Joe Grimes looked up from his newspaper. Greasy, balding and drug-skinny, Grimes couldn’t believe his eyes.

“Well-l-l-l, whattaya know. Look who’s back?” he said and swung his legs off of the counter. “The boy most likely to …” 

He stood and hobbled around to Tommy. Grimes’s spine was twisted in a kind of elongated “S”—a result of childhood scoliosis—and his slightly off-balance gait reminded Tommy of John Wayne. Behind his back he called him “the Duke,” which cracked up some of the other runners, though none of them understood the reference. They didn’t know who John Wayne was, and thought it was because Grimes acted like he was royalty.

“Ya know, I gotta say, Tommy, I really missed ya,” Grimes said. 

Then he slapped Tommy on the side of the head. Hard.

“What the hell?!” Tommy cried and jumped backwards, rubbing his skull.

“Whattaya want, kisses?” He pushed Tommy’s chest. “Where is it, asshole?

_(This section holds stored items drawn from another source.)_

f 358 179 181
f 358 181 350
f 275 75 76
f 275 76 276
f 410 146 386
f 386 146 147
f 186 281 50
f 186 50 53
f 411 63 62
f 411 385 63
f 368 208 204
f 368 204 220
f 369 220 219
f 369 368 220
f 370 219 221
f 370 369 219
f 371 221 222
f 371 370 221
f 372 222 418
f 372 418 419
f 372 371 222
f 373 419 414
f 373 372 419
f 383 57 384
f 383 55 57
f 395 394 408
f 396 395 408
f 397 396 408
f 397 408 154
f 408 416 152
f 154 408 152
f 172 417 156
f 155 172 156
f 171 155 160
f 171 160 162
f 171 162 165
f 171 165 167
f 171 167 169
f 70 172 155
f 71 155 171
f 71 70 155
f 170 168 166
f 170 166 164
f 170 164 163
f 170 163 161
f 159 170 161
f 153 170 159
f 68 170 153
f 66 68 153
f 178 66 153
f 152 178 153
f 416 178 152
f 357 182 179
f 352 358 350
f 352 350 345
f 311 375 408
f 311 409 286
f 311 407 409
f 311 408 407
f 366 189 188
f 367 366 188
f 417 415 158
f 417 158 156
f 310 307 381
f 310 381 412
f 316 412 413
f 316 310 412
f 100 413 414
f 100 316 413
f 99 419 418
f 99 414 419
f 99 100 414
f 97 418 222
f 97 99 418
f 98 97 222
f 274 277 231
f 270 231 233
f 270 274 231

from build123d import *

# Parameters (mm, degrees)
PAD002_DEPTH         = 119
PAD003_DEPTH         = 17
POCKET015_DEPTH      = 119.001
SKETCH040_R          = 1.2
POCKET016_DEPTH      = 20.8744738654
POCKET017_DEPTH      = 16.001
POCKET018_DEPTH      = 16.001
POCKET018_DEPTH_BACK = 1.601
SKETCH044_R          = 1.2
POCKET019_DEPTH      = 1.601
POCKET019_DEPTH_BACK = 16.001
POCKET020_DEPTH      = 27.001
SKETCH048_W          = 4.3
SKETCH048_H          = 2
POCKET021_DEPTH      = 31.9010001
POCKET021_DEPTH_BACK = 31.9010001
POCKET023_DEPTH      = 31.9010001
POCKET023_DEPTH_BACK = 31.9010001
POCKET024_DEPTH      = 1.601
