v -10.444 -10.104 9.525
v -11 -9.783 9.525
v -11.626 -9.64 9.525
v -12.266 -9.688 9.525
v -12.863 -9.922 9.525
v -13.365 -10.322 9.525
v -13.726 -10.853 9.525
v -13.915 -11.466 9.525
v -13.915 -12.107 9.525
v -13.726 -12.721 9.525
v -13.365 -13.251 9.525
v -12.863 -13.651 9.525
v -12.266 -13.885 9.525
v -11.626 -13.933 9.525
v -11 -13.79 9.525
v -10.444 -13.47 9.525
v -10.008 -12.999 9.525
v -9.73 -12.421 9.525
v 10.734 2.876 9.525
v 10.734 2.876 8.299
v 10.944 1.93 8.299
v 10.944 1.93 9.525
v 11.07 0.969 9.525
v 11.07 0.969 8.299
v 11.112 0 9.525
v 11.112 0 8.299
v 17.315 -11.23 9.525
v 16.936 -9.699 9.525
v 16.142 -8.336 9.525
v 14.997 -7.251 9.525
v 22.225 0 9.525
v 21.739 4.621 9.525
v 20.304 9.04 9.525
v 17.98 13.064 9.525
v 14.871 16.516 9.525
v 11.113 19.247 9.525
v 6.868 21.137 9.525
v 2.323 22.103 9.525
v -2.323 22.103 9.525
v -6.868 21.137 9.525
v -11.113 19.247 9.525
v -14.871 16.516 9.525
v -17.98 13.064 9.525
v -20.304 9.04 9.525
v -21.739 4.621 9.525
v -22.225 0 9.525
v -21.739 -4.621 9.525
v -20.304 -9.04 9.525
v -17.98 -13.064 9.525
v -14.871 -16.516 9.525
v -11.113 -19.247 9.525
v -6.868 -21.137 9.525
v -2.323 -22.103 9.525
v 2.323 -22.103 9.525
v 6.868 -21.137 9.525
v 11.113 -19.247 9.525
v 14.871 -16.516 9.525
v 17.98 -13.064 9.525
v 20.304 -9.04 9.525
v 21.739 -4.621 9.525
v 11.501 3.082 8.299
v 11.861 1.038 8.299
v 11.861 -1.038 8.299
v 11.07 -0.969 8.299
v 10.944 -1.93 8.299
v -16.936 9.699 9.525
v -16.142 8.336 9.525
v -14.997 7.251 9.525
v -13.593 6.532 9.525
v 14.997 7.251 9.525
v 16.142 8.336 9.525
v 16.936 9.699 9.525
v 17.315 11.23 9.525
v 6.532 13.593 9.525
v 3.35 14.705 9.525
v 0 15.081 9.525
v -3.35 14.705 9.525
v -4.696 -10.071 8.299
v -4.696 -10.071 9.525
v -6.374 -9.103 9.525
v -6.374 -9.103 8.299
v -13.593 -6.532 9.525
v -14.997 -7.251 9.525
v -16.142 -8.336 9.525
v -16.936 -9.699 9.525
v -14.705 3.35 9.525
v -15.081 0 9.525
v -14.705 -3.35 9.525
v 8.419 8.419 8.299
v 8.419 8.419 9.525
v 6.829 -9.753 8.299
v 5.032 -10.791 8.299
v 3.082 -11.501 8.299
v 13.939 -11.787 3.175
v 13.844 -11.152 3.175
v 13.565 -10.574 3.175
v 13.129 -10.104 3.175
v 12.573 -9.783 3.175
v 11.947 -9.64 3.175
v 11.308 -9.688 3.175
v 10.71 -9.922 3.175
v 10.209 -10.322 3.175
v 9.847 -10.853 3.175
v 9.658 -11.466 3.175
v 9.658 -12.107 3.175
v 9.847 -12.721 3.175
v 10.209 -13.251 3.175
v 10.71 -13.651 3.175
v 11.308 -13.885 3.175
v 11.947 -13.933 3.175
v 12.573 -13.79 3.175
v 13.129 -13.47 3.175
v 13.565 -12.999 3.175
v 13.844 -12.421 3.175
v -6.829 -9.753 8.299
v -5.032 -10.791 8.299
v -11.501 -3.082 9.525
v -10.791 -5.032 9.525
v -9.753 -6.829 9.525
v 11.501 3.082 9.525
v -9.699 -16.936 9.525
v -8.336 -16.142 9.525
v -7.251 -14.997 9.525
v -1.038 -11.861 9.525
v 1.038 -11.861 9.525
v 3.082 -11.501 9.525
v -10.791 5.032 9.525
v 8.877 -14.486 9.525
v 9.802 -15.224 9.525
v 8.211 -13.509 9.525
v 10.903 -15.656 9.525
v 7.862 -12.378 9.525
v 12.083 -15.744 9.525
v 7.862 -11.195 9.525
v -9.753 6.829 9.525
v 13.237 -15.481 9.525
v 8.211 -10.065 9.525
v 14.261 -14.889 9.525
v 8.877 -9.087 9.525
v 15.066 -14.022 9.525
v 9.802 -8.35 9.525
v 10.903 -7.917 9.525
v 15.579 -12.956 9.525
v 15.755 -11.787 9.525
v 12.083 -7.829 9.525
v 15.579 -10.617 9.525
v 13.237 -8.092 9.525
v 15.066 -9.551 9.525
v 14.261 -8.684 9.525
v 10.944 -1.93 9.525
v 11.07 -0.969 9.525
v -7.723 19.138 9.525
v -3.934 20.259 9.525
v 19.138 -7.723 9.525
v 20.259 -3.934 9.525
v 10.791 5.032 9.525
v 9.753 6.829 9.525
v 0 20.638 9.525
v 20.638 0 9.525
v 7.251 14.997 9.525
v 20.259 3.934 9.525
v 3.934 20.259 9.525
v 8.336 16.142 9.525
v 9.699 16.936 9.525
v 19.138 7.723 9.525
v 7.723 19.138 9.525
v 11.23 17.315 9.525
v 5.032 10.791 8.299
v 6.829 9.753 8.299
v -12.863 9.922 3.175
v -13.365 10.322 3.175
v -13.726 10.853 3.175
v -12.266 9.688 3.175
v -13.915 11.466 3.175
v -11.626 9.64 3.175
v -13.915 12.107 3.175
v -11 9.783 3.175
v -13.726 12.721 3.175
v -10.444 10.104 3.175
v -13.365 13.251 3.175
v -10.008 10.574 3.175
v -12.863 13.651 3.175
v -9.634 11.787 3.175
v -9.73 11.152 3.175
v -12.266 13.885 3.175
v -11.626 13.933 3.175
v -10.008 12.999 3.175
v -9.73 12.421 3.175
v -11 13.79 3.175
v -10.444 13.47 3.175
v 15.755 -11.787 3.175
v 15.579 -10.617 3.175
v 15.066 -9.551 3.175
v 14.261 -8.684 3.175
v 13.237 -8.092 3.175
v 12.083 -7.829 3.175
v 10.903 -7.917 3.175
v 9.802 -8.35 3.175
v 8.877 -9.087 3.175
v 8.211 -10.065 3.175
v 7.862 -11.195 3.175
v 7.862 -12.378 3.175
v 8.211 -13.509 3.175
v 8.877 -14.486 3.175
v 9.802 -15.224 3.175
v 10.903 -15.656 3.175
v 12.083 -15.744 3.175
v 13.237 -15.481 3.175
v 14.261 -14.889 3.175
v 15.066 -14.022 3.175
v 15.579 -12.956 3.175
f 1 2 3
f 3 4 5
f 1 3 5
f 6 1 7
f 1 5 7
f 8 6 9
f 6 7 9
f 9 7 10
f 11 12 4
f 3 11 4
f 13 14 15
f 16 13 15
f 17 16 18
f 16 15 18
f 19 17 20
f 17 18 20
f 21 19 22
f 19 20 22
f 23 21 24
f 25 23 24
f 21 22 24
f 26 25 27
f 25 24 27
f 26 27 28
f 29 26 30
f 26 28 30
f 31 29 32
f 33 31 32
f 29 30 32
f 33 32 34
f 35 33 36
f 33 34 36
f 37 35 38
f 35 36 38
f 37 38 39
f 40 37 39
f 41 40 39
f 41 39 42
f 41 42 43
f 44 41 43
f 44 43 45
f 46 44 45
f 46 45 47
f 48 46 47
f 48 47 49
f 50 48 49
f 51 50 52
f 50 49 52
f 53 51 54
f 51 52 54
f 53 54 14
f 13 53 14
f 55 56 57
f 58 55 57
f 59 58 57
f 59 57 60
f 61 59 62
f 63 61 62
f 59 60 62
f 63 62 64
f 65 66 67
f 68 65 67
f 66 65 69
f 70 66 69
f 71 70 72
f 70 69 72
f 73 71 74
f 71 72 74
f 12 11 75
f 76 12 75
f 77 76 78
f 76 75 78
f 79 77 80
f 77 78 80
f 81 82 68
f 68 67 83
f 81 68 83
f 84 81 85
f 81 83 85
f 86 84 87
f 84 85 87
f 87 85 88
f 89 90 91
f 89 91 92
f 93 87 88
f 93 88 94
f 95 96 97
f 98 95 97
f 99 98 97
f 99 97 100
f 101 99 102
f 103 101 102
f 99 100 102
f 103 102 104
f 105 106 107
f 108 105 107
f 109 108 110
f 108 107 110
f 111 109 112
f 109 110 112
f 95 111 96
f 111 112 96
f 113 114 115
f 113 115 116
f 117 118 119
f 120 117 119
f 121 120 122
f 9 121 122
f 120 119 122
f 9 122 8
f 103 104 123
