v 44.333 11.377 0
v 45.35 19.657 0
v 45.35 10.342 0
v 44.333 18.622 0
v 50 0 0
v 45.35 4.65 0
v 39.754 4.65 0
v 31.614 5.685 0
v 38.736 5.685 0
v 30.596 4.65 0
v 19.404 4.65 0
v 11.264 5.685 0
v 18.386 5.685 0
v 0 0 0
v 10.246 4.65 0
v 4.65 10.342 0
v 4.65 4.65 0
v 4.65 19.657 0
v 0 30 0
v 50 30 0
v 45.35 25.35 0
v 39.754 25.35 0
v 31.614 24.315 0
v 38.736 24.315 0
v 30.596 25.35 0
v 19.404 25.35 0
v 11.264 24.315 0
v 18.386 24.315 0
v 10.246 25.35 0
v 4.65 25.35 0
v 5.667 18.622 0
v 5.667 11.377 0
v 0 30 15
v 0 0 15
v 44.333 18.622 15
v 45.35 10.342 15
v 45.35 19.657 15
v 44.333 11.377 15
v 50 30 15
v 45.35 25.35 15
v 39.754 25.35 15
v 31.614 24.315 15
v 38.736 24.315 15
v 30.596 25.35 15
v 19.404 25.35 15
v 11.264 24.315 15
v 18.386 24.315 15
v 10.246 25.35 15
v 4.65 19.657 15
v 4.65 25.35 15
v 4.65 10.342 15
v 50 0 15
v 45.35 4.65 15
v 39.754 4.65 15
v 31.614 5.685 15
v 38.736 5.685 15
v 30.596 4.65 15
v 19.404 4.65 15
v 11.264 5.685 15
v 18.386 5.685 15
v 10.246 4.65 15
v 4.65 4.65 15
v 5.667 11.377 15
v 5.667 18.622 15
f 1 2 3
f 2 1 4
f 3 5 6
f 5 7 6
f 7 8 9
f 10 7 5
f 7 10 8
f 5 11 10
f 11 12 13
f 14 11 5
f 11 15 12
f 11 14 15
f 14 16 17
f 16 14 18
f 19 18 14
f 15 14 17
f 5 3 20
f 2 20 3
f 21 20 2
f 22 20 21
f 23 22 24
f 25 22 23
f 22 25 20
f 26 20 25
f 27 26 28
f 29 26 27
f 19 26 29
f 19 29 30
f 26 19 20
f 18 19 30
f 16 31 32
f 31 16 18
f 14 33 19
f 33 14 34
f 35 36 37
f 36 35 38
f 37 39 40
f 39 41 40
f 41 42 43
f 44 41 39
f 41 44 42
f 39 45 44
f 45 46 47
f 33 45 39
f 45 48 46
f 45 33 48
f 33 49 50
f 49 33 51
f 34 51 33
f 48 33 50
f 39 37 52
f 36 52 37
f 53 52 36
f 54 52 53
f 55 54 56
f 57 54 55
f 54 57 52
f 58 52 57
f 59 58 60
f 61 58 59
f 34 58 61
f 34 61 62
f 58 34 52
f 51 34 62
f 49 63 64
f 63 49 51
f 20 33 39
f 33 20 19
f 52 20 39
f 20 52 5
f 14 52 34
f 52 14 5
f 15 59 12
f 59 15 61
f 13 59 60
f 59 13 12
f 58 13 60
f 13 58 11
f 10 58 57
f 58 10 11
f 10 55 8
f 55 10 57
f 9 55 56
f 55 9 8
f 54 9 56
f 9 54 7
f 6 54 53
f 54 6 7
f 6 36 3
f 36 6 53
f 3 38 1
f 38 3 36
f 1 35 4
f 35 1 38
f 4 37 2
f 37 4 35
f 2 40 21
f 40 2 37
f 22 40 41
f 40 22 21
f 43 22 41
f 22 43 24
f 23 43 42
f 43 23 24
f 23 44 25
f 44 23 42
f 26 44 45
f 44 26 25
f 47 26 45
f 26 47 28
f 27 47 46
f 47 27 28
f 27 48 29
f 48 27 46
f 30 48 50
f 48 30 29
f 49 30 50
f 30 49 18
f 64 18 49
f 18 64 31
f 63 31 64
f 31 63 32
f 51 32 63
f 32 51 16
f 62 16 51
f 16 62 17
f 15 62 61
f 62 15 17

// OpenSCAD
// file: constants.scad
tolerance=0.7;
oversize = 0.7;
lengthHoleSpacing=20;
wallWidth=5;
vslotIndentHeight=1;
indentWidthOutside = 9;
indentWidthInside = 7;
sectionWidth=20;
profileSize=20;
sectionCountWidth = 2;
sectionCountDepth = 1;
extrusionWidth=profileSize*sectionCountWidth;
extrusionDepth=profileSize*sectionCountDepth;
nema17Width = 42.3;
nema17HoleRadius = 11.05 + tolerance/2;
nema17Height = 3.5*extrusionWidth;
nema17BoltSpacing = 31;
nema17BeltHoleHeight = 8;
nema17BeltOffsetFromTopExtrusion = 8;
nema17BeltHeightWidth = 15;
wallSpacing=5;
screwHeight = wallSpacing+vslotIndentHeight;
// main file
include<constants.scad>;

testPiece=true;
if (testPiece) {
    zExtrusionLength = 15;
    zExtrusionWidthSections = 2;
    zExtrusionDepthSections = 1;
    difference() {
        linear_extrude(height=zExtrusionLength)
            square([
                sectionWidth*zExtrusionWidthSections+wallWidth*2,
                sectionWidth*zExtrusionDepthSections+wallWidth*2
            ]);
        translate([wallWidth, wallWidth, 0]) {
            linear_extrude(height=zExtrusionLength)
            VSlot2dProfile(
                sectionCountWidth=zExtrusionWidthSections, 
                sectionCountDepth=zExtrusionDepthSections,
                indentHeight=vslotIndentHeight,
                oversize=oversize
            );
        }; 
        /*
        negativeSpaceHoles(
            extrusionLength=zExtrusionLength,
            fullIndentHeight=wallWidth+vslotIndentHeight,
            firstIndentOffset=wallWidth,
            widthSections=zExtrusionWidthSections,
            lengthHoleSpacing=lengthHoleSpacing
        );*/        
    };
}

module extrusionIndent(_indentWidthInside, _indentWidthOutside, _indentHeight) {
    polygon(points=[
            [0,0], 
            [(_indentWidthOutside-_indentWidthInside)/2, _indentHeight], 
            [_indentWidthInside + (_indentWidthOutside-_indentWidthInside)/2, _indentHeight],
            [_indentWidthOutside, 0]
        ]);
};

module VSlot2dProfile(
    extrusionLength,
    sectionWidth = 20,
    indentHeight = vslotIndentHeight,
    sectionCountWidth,
    sectionCountDepth,
    topIndent = true,
    bottomIndent = true,
    leftIndent = true,
    rightIndent = true,
    oversize = 0
)
{
    translate([-oversize/2,-oversize/2,-oversize/2])
    resize([
        sectionWidth*sectionCountWidth+oversize,
        sectionWidth*sectionCountDepth+oversize,
        extrusionLength+oversize
    ]) difference() {
        
            square(
                size=[
                    sectionWidth*sectionCountWidth, 
                    sectionWidth*sectionCountDepth
                ]
            );
        for(i = [0:sectionCountWidth]) {
            // bottom indents
            if (bottomIndent) 
                translate([i * sectionWidth + (sectionWidth-indentWidthOutside)/2, 0, 0])
                extrusionIndent(indentWidthInside,indentWidthOutside,indentHeight);
            
            // top indents
            if (topIndent)
                translate([
                    i * sectionWidth + (sectionWidth-indentWidthOutside)/2, 
                    sectionWidth*sectionCountDepth, 
                    0
                ])
                rotate([180,0,0])
                extrusionIndent(indentWidthInside,indentWidthOutside,indentHeight);
        }
        for(i = [0:sectionCountDepth]) {
            // left side indent
            if (leftIndent)
                translate([0, (i+1) * sectionWidth - (sectionWidth-indentWidthOutside)/2, 0])
                rotate([0,0,-90]) 
                extrusionIndent(indentWidthInside,indentWidthOutside,indentHeight);
            
            // right side inden
            if (rightIndent)
                translate([
                    sectionWidth*sectionCountWidth, 
                    i * sectionWidth + (sectionWidth-indentWidthOutside)/2, 
                    0
                ])
                rotate([0,0,90]) 
                extrusionIndent(indentWidthInside,indentWidthOutside,indentHeight);
        }
    }
};


module negativeSpaceHole(
    largeHoleIndent = largeHoleIndent,
    fullIndentHeight = wallSpacing+vslotIndentHeight,
    largeHoleRadius = 5,
    smallHoleRadius = 2.5,
    )
{ 
    cylinder(h=largeHoleHeight,r=largeHoleRadius,center=false, $fn=90);
    cylinder(h=fullIndentHeight,r=smallHoleRadius,center=false, $fn=90);
}

module negativeSpaceHolePoints(
    largeHoleIndent = 1,
    largeHoleRadius = 5,
    smallHoleRadius = 2.5,
    fullIndentHeight,
    points = []
    )
{
    for (i=[0:len(points)-1]){
        translate([points[i][1],0,points[i][0]]) {
            rotate([-90,0,0]) {
                echo(points[i][0], points[i][1]);
                negativeSpaceHole(
                    largeHoleHeight=largeHoleIndent,
                    fullIndentHeight=fullIndentHeight,
                    largeHoleRadius=largeHoleRadius,
                    smallHoleRadius=smallHoleRadius);
            };
        }
    }
}

module negativeSpaceHoles(
    largeHoleIndent = 1,
    largeHoleRadius = 5,
    smallHoleRadius = 2.5,
    widthHoleSpacing = 20,
    fullIndentHeight,
    lengthHoleSpacing,
    extrusionLength,
    firstIndentOffset,
    widthSections
    ) 
{
    
    negativeSpaceHolePoints(
        largeHoleIndent = largeHoleIndent,
        largeHoleRadius = largeHoleRadius,
        smallHoleRadius = smallHoleRadius,
        fullIndentHeight = fullIndentHeight,
        lengthHoleSpacing = lengthHoleSpacing,
        widthSections = widthSections,
        points=[ 
            for (p = [lengthHoleSpacing/2+firstIndentOffset:lengthHoleSpacing:extrusionLength-firstIndentOffset-lengthHoleSpacing/2]) 
            for (s = [firstIndentOffset+widthHoleSpacing/2:widthHoleSpacing:widthHoleSpacing*widthSections]) 
            [p,s]
         ]
            
    );
}


module drawVslotExtrusion(
    height, 
    sectionCountWidth, 
    sectionCountDepth, 
    topIndent=true, 
    rightIndent=true, 
    leftIndent=true, 
    bottomIndent=true, 
    oversize=0,
    screwHeight=screwHeight,
    screwOffset=0,
    leftScrewPoints = [],
    rightScrewPoints = [], 
    topScrewPoints = [],
    bottomScrewPoints = [],
    backScrewPoints = []
    ) 
{
    linear_extrude(height=height) 
        VSlot2dProfile(
            sectionCountWidth=sectionCountWidth,
            sectionCountDepth=sectionCountDepth,
            topIndent=topIndent,
            bottomIndent= bottomIndent,
            leftIndent=leftIndent,
            rightIndent=rightIndent,
            oversize=oversize);
    
    if (len(topScrewPoints) > 0) {
        points = [ 
            for(i = [0:len(topScrewPoints)-1])
            for(j=[profileSize/2:profileSize:sectionCountWidth*profileSize])
            [topScrewPoints[i],j]
        ];
            translate([0,-screwHeight+vslotIndentHeight,0])
        negativeSpaceHolePoints(
            largeHoleIndent = screwHeight-screwOffset,
            fullIndentHeight=screwHeight,
            points = points
        );
    };
    if (len(bottomScrewPoints) > 0) {
        points = [ 
            for(i = [0:len(bottomScrewPoints)-1])
            for(j=[profileSize/2:profileSize:sectionCountWidth*profileSize])
            [height-bottomScrewPoints[i],j]
        ];
            translate([0,screwHeight+sectionCountDepth*profileSize-vslotIndentHeight,height])
            rotate([180,0,0])
        negativeSpaceHolePoints(
            largeHoleIndent = screwHeight-screwOffset,
            fullIndentHeight=screwHeight+oversize,
            points = points
        );
    };
    if (len(leftScrewPoints) > 0) {
        points = [ 
            for(i = [0:len(leftScrewPoints)-1])
            for(j=[profileSize/2:profileSize:sectionCountDepth*profileSize])
            [leftScrewPoints[i],j]
        ];
            translate([-screwHeight+vslotIndentHeight,sectionCountDepth*profileSize,0])
            rotate([0,0,-90])
        negativeSpaceHolePoints(
            largeHoleIndent = screwHeight-screwOffset,
            fullIndentHeight=screwHeight+oversize,
            points = points
        );
    };
    if (len(rightScrewPoints) > 0) {
        points = [ 
            for(i = [0:len(rightScrewPoints)-1])
            for(j=[profileSize/2:profileSize:sectionCountDepth*profileSize])
            [rightScrewPoints[i],j]
        ];
            translate([sectionCountWidth*profileSize+screwHeight-vslotIndentHeight,0,0])
            rotate([0,0,90])
        negativeSpaceHolePoints(
            largeHoleIndent = screwHeight-screwOffset,
            fullIndentHeight=screwHeight+oversize,
            points = points
        );
    };
    if (len(backScrewPoints) > 0) {
        points = [ 
            for(i = [0:len(backScrewPoints)-1])
            for(j=[profileSize/2:profileSize:sectionCountWidth*profileSize])
            [backScrewPoints[i],j]
        ];
            translate([0,sectionCountDepth*profileSize,-screwHeight+vslotIndentHeight])
            rotate([90,0,0])
        negativeSpaceHolePoints(
            largeHoleIndent = screwHeight-screwOffset,
            fullIndentHeight=screwHeight,
            points = points
        );
    };
    /*
        translate([profileSize/2,0,0])
        for(i = [0:len(leftScrewPoints)])
        for(j=[0:profileSize:sectionCountDepth*profileSize]) {
            translate([0,leftScrewPoints[i]],j) 
                negativeSpaceHole(largeHoleHeight = screwHeight-screwOffset, fullIndentHeight = screwHeight);
            }
    */
}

And don’t tell me your dog ate it—” He moved his jacket aside to reveal a 9mm pistol in his waistband. “—because I’m feeling like I might risk twenty-to-life over your sorry ass.” 

“Just hold on, man, I didn’t steal your drugs!” 

Tommy ran to his duffel bag slumped by the door. With an eye on Grimes, he quickly unzipped the bag, pulled out the windbreaker and peeled away the plastic baggie taped inside the lining. 

Grimes’s eyes lit up. He grabbed the baggie out of Tommy’s hand and pulled out one of the four vials. He unscrewed the top and tasted the white powder. 

“Well, all right then,” he said, returning the vial to the zip-lock and sealing it all up again. “But, when you didn’t show up last week, I thought you’d skipped on me.” He limped into the back room and Tommy slumped into a chair. He closed his eyes and rolled his neck around, thoroughly exhausted. He hadn’t slept well the night before—in fact he couldn’t remember the last time he’d had a good night’s sleep that wasn’t filled with dreams of dark hallways and dead bodies. And he still had the headache. 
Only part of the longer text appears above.